(Stored data entries)
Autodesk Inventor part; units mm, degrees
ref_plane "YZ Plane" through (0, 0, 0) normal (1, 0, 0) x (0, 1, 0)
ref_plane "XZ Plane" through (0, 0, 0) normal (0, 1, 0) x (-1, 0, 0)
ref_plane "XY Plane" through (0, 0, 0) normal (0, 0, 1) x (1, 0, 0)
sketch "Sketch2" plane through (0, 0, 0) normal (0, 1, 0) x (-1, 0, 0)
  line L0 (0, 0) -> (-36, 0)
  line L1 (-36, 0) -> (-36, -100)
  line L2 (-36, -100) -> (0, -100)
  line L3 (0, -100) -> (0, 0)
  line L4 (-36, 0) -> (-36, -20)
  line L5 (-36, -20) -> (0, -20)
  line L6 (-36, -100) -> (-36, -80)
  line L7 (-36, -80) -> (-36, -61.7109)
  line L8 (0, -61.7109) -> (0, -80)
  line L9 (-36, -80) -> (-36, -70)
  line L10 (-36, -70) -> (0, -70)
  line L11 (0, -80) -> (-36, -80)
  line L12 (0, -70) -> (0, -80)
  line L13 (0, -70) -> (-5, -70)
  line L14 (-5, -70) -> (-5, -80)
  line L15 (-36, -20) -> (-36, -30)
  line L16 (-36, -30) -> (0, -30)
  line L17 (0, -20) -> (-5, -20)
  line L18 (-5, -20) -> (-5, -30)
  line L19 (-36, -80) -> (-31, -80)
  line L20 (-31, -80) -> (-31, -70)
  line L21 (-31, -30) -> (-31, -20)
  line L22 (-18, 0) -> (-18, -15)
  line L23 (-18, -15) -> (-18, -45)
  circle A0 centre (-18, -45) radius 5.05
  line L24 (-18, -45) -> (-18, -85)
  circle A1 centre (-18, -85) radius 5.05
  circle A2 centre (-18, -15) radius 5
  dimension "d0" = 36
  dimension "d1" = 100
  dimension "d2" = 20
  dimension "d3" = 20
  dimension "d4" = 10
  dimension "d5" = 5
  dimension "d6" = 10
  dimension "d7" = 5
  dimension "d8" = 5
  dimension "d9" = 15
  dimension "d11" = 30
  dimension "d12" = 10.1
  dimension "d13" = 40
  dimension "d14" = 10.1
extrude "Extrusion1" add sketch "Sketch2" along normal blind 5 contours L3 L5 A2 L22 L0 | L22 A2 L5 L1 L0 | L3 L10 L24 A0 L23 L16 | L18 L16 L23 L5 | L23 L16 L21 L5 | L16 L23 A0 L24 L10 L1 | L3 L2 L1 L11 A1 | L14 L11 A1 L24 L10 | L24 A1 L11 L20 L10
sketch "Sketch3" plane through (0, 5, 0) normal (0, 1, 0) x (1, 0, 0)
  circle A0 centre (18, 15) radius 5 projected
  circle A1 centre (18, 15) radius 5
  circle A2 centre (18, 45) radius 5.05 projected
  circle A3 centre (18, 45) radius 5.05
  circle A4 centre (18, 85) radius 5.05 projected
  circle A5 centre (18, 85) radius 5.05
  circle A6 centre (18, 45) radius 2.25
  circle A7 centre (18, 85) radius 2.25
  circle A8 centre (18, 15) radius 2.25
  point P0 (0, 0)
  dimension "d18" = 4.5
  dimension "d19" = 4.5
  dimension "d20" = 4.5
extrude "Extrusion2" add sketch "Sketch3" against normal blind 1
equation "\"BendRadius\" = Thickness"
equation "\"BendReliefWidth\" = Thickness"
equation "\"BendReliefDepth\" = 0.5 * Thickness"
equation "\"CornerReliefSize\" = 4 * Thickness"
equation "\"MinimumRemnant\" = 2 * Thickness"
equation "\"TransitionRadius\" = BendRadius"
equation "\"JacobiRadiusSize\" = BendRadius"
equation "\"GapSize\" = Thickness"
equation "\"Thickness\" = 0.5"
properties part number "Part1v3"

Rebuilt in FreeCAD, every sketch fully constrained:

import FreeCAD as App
import Part
import Sketcher
from FreeCAD import Vector
Q = App.Units.Quantity


def add_polygon(sketch, points):
    """Adds a closed chain of lines whose ends are joined by coincident constraints."""
    first, n = sketch.GeometryCount, len(points)
    for a, b in zip(points, points[1:] + points[:1]):
        sketch.addGeometry(Part.LineSegment(App.Vector(*a, 0), App.Vector(*b, 0)), False)
    for i in range(n):
        sketch.addConstraint(Sketcher.Constraint("Coincident", first + i, 2, first + (i + 1) % n, 1))

doc = App.newDocument("Part")
body = doc.addObject("PartDesign::Body", "Body")

sketch1 = body.newObject("Sketcher::SketchObject", "Sketch")
sketch1.AttachmentSupport = (doc.getObject("XZ_Plane"), [""])
sketch1.MapMode = "FlatFace"
add_polygon(sketch1, [(0, -20), (0, 0), (36, 0), (36, -20), (31, -20), (31, -30), (36, -30), (36, -70), (31, -70), (31, -80), (36, -80), (36, -100), (0, -100), (0, -80), (5, -80), (5, -70), (0, -70), (0, -30), (5, -30), (5, -20)])
sketch1.addGeometry(Part.Circle(Vector(18, -15, 0), Vector(0, 0, 1), 5), False)
sketch1.addGeometry(Part.Circle(Vector(18, -45, 0), Vector(0, 0, 1), 5), False)
sketch1.addGeometry(Part.Circle(Vector(18, -85, 0), Vector(0, 0, 1), 5), False)
sketch1.addConstraint(Sketcher.Constraint("Vertical", 0))
sketch1.addConstraint(Sketcher.Constraint("Horizontal", 1))
sketch1.addConstraint(Sketcher.Constraint("Vertical", 2))
sketch1.addConstraint(Sketcher.Constraint("Horizontal", 3))
sketch1.addConstraint(Sketcher.Constraint("Vertical", 4))
sketch1.addConstraint(Sketcher.Constraint("Horizontal", 5))
sketch1.addConstraint(Sketcher.Constraint("Vertical", 6))
sketch1.addConstraint(Sketcher.Constraint("Horizontal", 7))
sketch1.addConstraint(Sketcher.Constraint("Vertical", 8))
sketch1.addConstraint(Sketcher.Constraint("Horizontal", 9))
sketch1.addConstraint(Sketcher.Constraint("Vertical", 10))
sketch1.addConstraint(Sketcher.Constraint("Horizontal", 11))
sketch1.addConstraint(Sketcher.Constraint("Vertical", 12))
sketch1.addConstraint(Sketcher.Constraint("Horizontal", 13))
sketch1.addConstraint(Sketcher.Constraint("Vertical", 14))
sketch1.addConstraint(Sketcher.Constraint("Horizontal", 15))
sketch1.addConstraint(Sketcher.Constraint("Vertical", 16))
sketch1.addConstraint(Sketcher.Constraint("Horizontal", 17))
sketch1.addConstraint(Sketcher.Constraint("Vertical", 18))
sketch1.addConstraint(Sketcher.Constraint("Horizontal", 19))
sketch1.addConstraint(Sketcher.Constraint("Coincident", 0, 2, -1, 1))
sketch1.addConstraint(Sketcher.Constraint("Equal", 21, 22))
sketch1.addConstraint(Sketcher.Constraint("PointOnObject", 11, 2, -2))
sketch1.addConstraint(Sketcher.Constraint("PointOnObject", 15, 2, -2))
sketch1.addConstraint(Sketcher.Constraint("Horizontal", 9, 2, 12, 2))
sketch1.addConstraint(Sketcher.Constraint("Horizontal", 7, 2, 14, 2))
sketch1.addConstraint(Sketcher.Constraint("Horizontal", 5, 2, 16, 2))
sketch1.addConstraint(Sketcher.Constraint("Horizontal", 3, 2, 18, 2))
sketch1.addConstraint(Sketcher.Constraint("Vertical", 20, 3, 21, 3))
sketch1.addConstraint(Sketcher.Constraint("Vertical", 21, 3, 22, 3))
sketch1.addConstraint(Sketcher.Constraint("Vertical", 2, 2, 5, 2))
sketch1.addConstraint(Sketcher.Constraint("Vertical", 4, 2, 7, 2))
sketch1.addConstraint(Sketcher.Constraint("Vertical", 6, 2, 9, 2))
sketch1.addConstraint(Sketcher.Constraint("Vertical", 14, 2, 17, 2))
sketch1.addConstraint(Sketcher.Constraint("Equal", 9, 13))
sketch1.addConstraint(Sketcher.Constraint("Equal", 4, 8))
sketch1.addConstraint(Sketcher.Constraint("Equal", 2, 10))
sketch1.addConstraint(Sketcher.Constraint("Diameter", 20, Q("10 mm")))
sketch1.addConstraint(Sketcher.Constraint("Diameter", 21, Q("10.1 mm")))
sketch1.addConstraint(Sketcher.Constraint("DistanceX", 1, 1, 1, 2, Q("36 mm")))
sketch1.addConstraint(Sketcher.Constraint("DistanceX", 3, 2, 3, 1, Q("5 mm")))
sketch1.addConstraint(Sketcher.Constraint("DistanceY", 0, 1, 0, 2, Q("20 mm")))
sketch1.addConstraint(Sketcher.Constraint("DistanceY", 4, 2, 4, 1, Q("10 mm")))
sketch1.addConstraint(Sketcher.Constraint("DistanceY", 6, 2, 6, 1, Q("40 mm")))
sketch1.addConstraint(Sketcher.Constraint("DistanceY", 20, 3, -1, 1, Q("15 mm")))
sketch1.addConstraint(Sketcher.Constraint("DistanceY", 21, 3, 20, 3, Q("30 mm")))
sketch1.addConstraint(Sketcher.Constraint("DistanceY", 22, 3, 21, 3, Q("40 mm")))
sketch1.addConstraint(Sketcher.Constraint("DistanceX", -1, 1, 20, 3, Q("18 mm")))
pad1 = body.newObject("PartDesign::Pad", "Pad")
pad1.Profile = sketch1
pad1.Length = 5
pad1.Reversed = True

sketch2 = body.newObject("Sketcher::SketchObject", "Sketch001")
sketch2.AttachmentSupport = (doc.getObject("XZ_Plane"), [""])
sketch2.MapMode = "FlatFace"
sketch2.AttachmentOffset = App.Placement(Vector(0, 0, -5), App.Rotation())
sketch2.addGeometry(Part.Circle(Vector(18, -15, 0), Vector(0, 0, 1), 5), False)
sketch2.addGeometry(Part.Circle(Vector(18, -15, 0), Vector(0, 0, 1), 2.2), False)
sketch2.addGeometry(Part.Circle(Vector(18, -45, 0), Vector(0, 0, 1), 5), False)
sketch2.addGeometry(Part.Circle(Vector(18, -45, 0), Vector(0, 0, 1), 2.2), False)
sketch2.addGeometry(Part.Circle(Vector(18, -85, 0), Vector(0, 0, 1), 5), False)
sketch2.addGeometry(Part.Circle(Vector(18, -85, 0), Vector(0, 0, 1), 2.2), False)
sketch2.addConstraint(Sketcher.Constraint("Coincident", 1, 3, 0, 3))
sketch2.addConstraint(Sketcher.Constraint("Coincident", 3, 3, 2, 3))
sketch2.addConstraint(Sketcher.Constraint("Coincident", 5, 3, 4, 3))
sketch2.addConstraint(Sketcher.Constraint("Equal", 1, 3))
sketch2.addConstraint(Sketcher.Constraint("Equal", 2, 4))
sketch2.addConstraint(Sketcher.Constraint("Equal", 3, 5))
sketch2.addConstraint(Sketcher.Constraint("Vertical", 1, 3, 2, 3))
sketch2.addConstraint(Sketcher.Constraint("Vertical", 3, 3, 4, 3))
sketch2.addConstraint(Sketcher.Constraint("Diameter", 1, Q("4.5 mm")))
sketch2.addConstraint(Sketcher.Constraint("Diameter", 0, Q("10 mm")))
sketch2.addConstraint(Sketcher.Constraint("Diameter", 2, Q("10.1 mm")))
sketch2.addConstraint(Sketcher.Constraint("DistanceX", -1, 1, 0, 3, Q("18 mm")))
sketch2.addConstraint(Sketcher.Constraint("DistanceY", 0, 3, -1, 1, Q("15 mm")))
sketch2.addConstraint(Sketcher.Constraint("DistanceY", 2, 3, -1, 1, Q("45 mm")))
sketch2.addConstraint(Sketcher.Constraint("DistanceY", 4, 3, -1, 1, Q("85 mm")))
pad2 = body.newObject("PartDesign::Pad", "Pad001")
pad2.Profile = sketch2
pad2.Length = 1

doc.recompute()
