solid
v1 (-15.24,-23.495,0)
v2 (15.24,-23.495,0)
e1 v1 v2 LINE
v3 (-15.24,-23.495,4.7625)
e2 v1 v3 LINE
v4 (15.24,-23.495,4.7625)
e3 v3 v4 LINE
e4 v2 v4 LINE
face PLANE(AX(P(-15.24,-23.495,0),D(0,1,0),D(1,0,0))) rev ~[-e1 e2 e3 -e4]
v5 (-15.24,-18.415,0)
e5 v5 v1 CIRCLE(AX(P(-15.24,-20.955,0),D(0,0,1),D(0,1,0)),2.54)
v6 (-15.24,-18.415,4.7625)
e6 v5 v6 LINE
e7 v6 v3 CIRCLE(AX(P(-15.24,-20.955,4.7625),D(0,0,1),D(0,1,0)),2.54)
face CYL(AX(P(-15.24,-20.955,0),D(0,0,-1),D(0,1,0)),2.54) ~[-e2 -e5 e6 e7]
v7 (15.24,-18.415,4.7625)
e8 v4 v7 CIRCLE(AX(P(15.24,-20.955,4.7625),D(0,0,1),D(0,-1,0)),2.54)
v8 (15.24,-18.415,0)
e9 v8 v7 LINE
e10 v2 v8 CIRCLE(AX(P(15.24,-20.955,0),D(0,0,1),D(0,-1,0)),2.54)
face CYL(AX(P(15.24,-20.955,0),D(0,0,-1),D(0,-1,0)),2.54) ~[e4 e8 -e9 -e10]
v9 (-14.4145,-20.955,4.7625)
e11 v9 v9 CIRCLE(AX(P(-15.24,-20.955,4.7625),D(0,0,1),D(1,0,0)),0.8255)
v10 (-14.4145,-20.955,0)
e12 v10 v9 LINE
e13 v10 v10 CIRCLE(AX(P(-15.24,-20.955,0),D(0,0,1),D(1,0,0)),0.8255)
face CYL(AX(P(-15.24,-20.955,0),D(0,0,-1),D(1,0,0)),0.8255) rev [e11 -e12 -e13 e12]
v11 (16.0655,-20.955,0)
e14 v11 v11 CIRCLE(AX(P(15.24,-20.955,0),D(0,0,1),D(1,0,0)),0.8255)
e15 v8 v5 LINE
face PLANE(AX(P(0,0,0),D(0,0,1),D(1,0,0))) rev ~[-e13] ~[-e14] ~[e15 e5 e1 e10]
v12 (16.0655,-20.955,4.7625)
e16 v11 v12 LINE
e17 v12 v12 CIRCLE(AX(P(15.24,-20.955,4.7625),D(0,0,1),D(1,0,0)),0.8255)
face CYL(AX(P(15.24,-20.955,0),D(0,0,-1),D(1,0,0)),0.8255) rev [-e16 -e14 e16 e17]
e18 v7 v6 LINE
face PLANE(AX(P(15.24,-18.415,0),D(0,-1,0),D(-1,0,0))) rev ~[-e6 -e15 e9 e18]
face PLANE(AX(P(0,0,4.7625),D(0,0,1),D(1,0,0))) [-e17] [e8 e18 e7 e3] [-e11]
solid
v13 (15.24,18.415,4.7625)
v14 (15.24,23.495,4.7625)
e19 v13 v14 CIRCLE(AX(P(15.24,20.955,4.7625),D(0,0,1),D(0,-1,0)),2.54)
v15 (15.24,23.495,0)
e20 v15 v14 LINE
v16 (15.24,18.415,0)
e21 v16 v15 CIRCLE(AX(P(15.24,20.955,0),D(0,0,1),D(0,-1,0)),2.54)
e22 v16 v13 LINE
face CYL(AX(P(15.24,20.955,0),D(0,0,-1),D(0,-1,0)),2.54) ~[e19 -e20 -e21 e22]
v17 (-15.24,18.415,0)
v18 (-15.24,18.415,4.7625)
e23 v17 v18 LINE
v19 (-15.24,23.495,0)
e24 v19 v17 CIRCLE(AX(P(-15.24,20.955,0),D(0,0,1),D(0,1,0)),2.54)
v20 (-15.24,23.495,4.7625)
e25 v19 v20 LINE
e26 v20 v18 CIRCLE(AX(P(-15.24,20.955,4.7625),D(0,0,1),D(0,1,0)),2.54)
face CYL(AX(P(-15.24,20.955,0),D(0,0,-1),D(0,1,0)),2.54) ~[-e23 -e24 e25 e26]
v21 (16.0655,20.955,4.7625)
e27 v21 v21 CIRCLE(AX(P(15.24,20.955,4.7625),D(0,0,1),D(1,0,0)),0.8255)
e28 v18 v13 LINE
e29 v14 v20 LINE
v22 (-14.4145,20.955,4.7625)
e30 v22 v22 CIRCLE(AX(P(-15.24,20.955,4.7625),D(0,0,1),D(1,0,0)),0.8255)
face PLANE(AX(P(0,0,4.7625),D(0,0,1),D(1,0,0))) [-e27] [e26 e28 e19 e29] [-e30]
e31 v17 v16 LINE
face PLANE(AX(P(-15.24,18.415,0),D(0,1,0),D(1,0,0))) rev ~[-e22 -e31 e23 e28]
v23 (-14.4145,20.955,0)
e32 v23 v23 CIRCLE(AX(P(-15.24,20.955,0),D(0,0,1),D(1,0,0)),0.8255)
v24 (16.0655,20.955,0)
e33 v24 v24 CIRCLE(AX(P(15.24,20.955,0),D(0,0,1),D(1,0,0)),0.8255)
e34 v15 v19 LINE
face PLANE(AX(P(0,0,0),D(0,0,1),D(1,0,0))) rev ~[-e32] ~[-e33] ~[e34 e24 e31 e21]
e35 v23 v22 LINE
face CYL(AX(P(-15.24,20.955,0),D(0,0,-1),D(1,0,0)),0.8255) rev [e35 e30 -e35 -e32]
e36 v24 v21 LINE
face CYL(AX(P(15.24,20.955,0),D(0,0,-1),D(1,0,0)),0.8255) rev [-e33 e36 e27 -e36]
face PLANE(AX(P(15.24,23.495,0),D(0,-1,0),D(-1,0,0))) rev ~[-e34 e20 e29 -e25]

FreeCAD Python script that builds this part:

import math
import FreeCAD as App
import Part
import Sketcher
from FreeCAD import Vector
Q = App.Units.Quantity

doc = App.newDocument("Part")
body = doc.addObject("PartDesign::Body", "Body")
body.AllowCompound = True

sketch1 = body.newObject("Sketcher::SketchObject", "Sketch")
sketch1.AttachmentSupport = (doc.getObject("XY_Plane"), [""])
sketch1.MapMode = "FlatFace"
sketch1.addGeometry([
    Part.ArcOfCircle(Part.Circle(Vector(-15.2, 21, 0), Vector(0, 0, 1), 2.5), math.radians(90), math.radians(270)),
    Part.LineSegment(Vector(-15.2, 18.4, 0), Vector(15.2, 18.4, 0)),
    Part.ArcOfCircle(Part.Circle(Vector(15.2, 21, 0), Vector(0, 0, 1), 2.5), math.radians(-90), math.radians(90)),
    Part.LineSegment(Vector(15.2, 23.5, 0), Vector(-15.2, 23.5, 0)),
    Part.Circle(Vector(-15.2, 21, 0), Vector(0, 0, 1), 0.8),
    Part.Circle(Vector(15.2, 21, 0), Vector(0, 0, 1), 0.8),
    Part.ArcOfCircle(Part.Circle(Vector(-15.2, -21, 0), Vector(0, 0, 1), 2.5), math.radians(90), math.radians(270)),
    Part.LineSegment(Vector(-15.2, -23.5, 0), Vector(15.2, -23.5, 0)),
    Part.ArcOfCircle(Part.Circle(Vector(15.2, -21, 0), Vector(0, 0, 1), 2.5), math.radians(-90), math.radians(90)),
    Part.LineSegment(Vector(15.2, -18.4, 0), Vector(-15.2, -18.4, 0)),
    Part.Circle(Vector(-15.2, -21, 0), Vector(0, 0, 1), 0.8),
    Part.Circle(Vector(15.2, -21, 0), Vector(0, 0, 1), 0.8),
], False)
sketch1.addConstraint([
    Sketcher.Constraint("Tangent", 0, 2, 1, 1),
    Sketcher.Constraint("Tangent", 1, 2, 2, 1),
    Sketcher.Constraint("Tangent", 2, 2, 3, 1),
    Sketcher.Constraint("Tangent", 3, 2, 0, 1),
    Sketcher.Constraint("Tangent", 6, 2, 7, 1),
    Sketcher.Constraint("Tangent", 7, 2, 8, 1),
    Sketcher.Constraint("Tangent", 8, 2, 9, 1),
    Sketcher.Constraint("Tangent", 9, 2, 6, 1),
    Sketcher.Constraint("Horizontal", 1),
    Sketcher.Constraint("Horizontal", 3),
    Sketcher.Constraint("Horizontal", 7),
    Sketcher.Constraint("Horizontal", 9),
    Sketcher.Constraint("Coincident", 4, 3, 0, 3),
    Sketcher.Constraint("Coincident", 5, 3, 2, 3),
    Sketcher.Constraint("Coincident", 10, 3, 6, 3),
    Sketcher.Constraint("Coincident", 11, 3, 8, 3),
    Sketcher.Constraint("Equal", 4, 5),
    Sketcher.Constraint("Equal", 2, 6),
    Sketcher.Constraint("Equal", 5, 10),
    Sketcher.Constraint("Equal", 10, 11),
    Sketcher.Constraint("Symmetric", 2, 3, 6, 3, -1, 1),
    Sketcher.Constraint("Vertical", 4, 3, 6, 3),
    Sketcher.Constraint("Vertical", 5, 3, 8, 3),
    Sketcher.Constraint("Radius", 0, Q("0.1 in")),
    Sketcher.Constraint("Diameter", 4, Q("0.065 in")),
    Sketcher.Constraint("DistanceX", 1, 1, 1, 2, Q("1.2 in")),
    Sketcher.Constraint("DistanceY", 6, 3, 0, 3, Q("1.65 in")),
])
pad1 = body.newObject("PartDesign::Pad", "Pad")
pad1.Profile = sketch1
pad1.Length = Q("0.1875 in")

doc.recompute()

> **WORK REQUEST**: Lines to set down from above: the line with "v24 (16.0655,20.955,0)", the line with "FreeCAD Python script", and every line between, each exactly as written.

> **FINISHED TASK**:
v24 (16.0655,20.955,0)
e33 v24 v24 CIRCLE(AX(P(15.24,20.955,0),D(0,0,1),D(1,0,0)),0.8255)
e34 v15 v19 LINE
face PLANE(AX(P(0,0,0),D(0,0,1),D(1,0,0))) rev ~[-e32] ~[-e33] ~[e34 e24 e31 e21]
e35 v23 v22 LINE
face CYL(AX(P(-15.24,20.955,0),D(0,0,-1),D(1,0,0)),0.8255) rev [e35 e30 -e35 -e32]
e36 v24 v21 LINE
face CYL(AX(P(15.24,20.955,0),D(0,0,-1),D(1,0,0)),0.8255) rev [-e33 e36 e27 -e36]
face PLANE(AX(P(15.24,23.495,0),D(0,-1,0),D(-1,0,0))) rev ~[-e34 e20 e29 -e25]

FreeCAD Python script that builds this part:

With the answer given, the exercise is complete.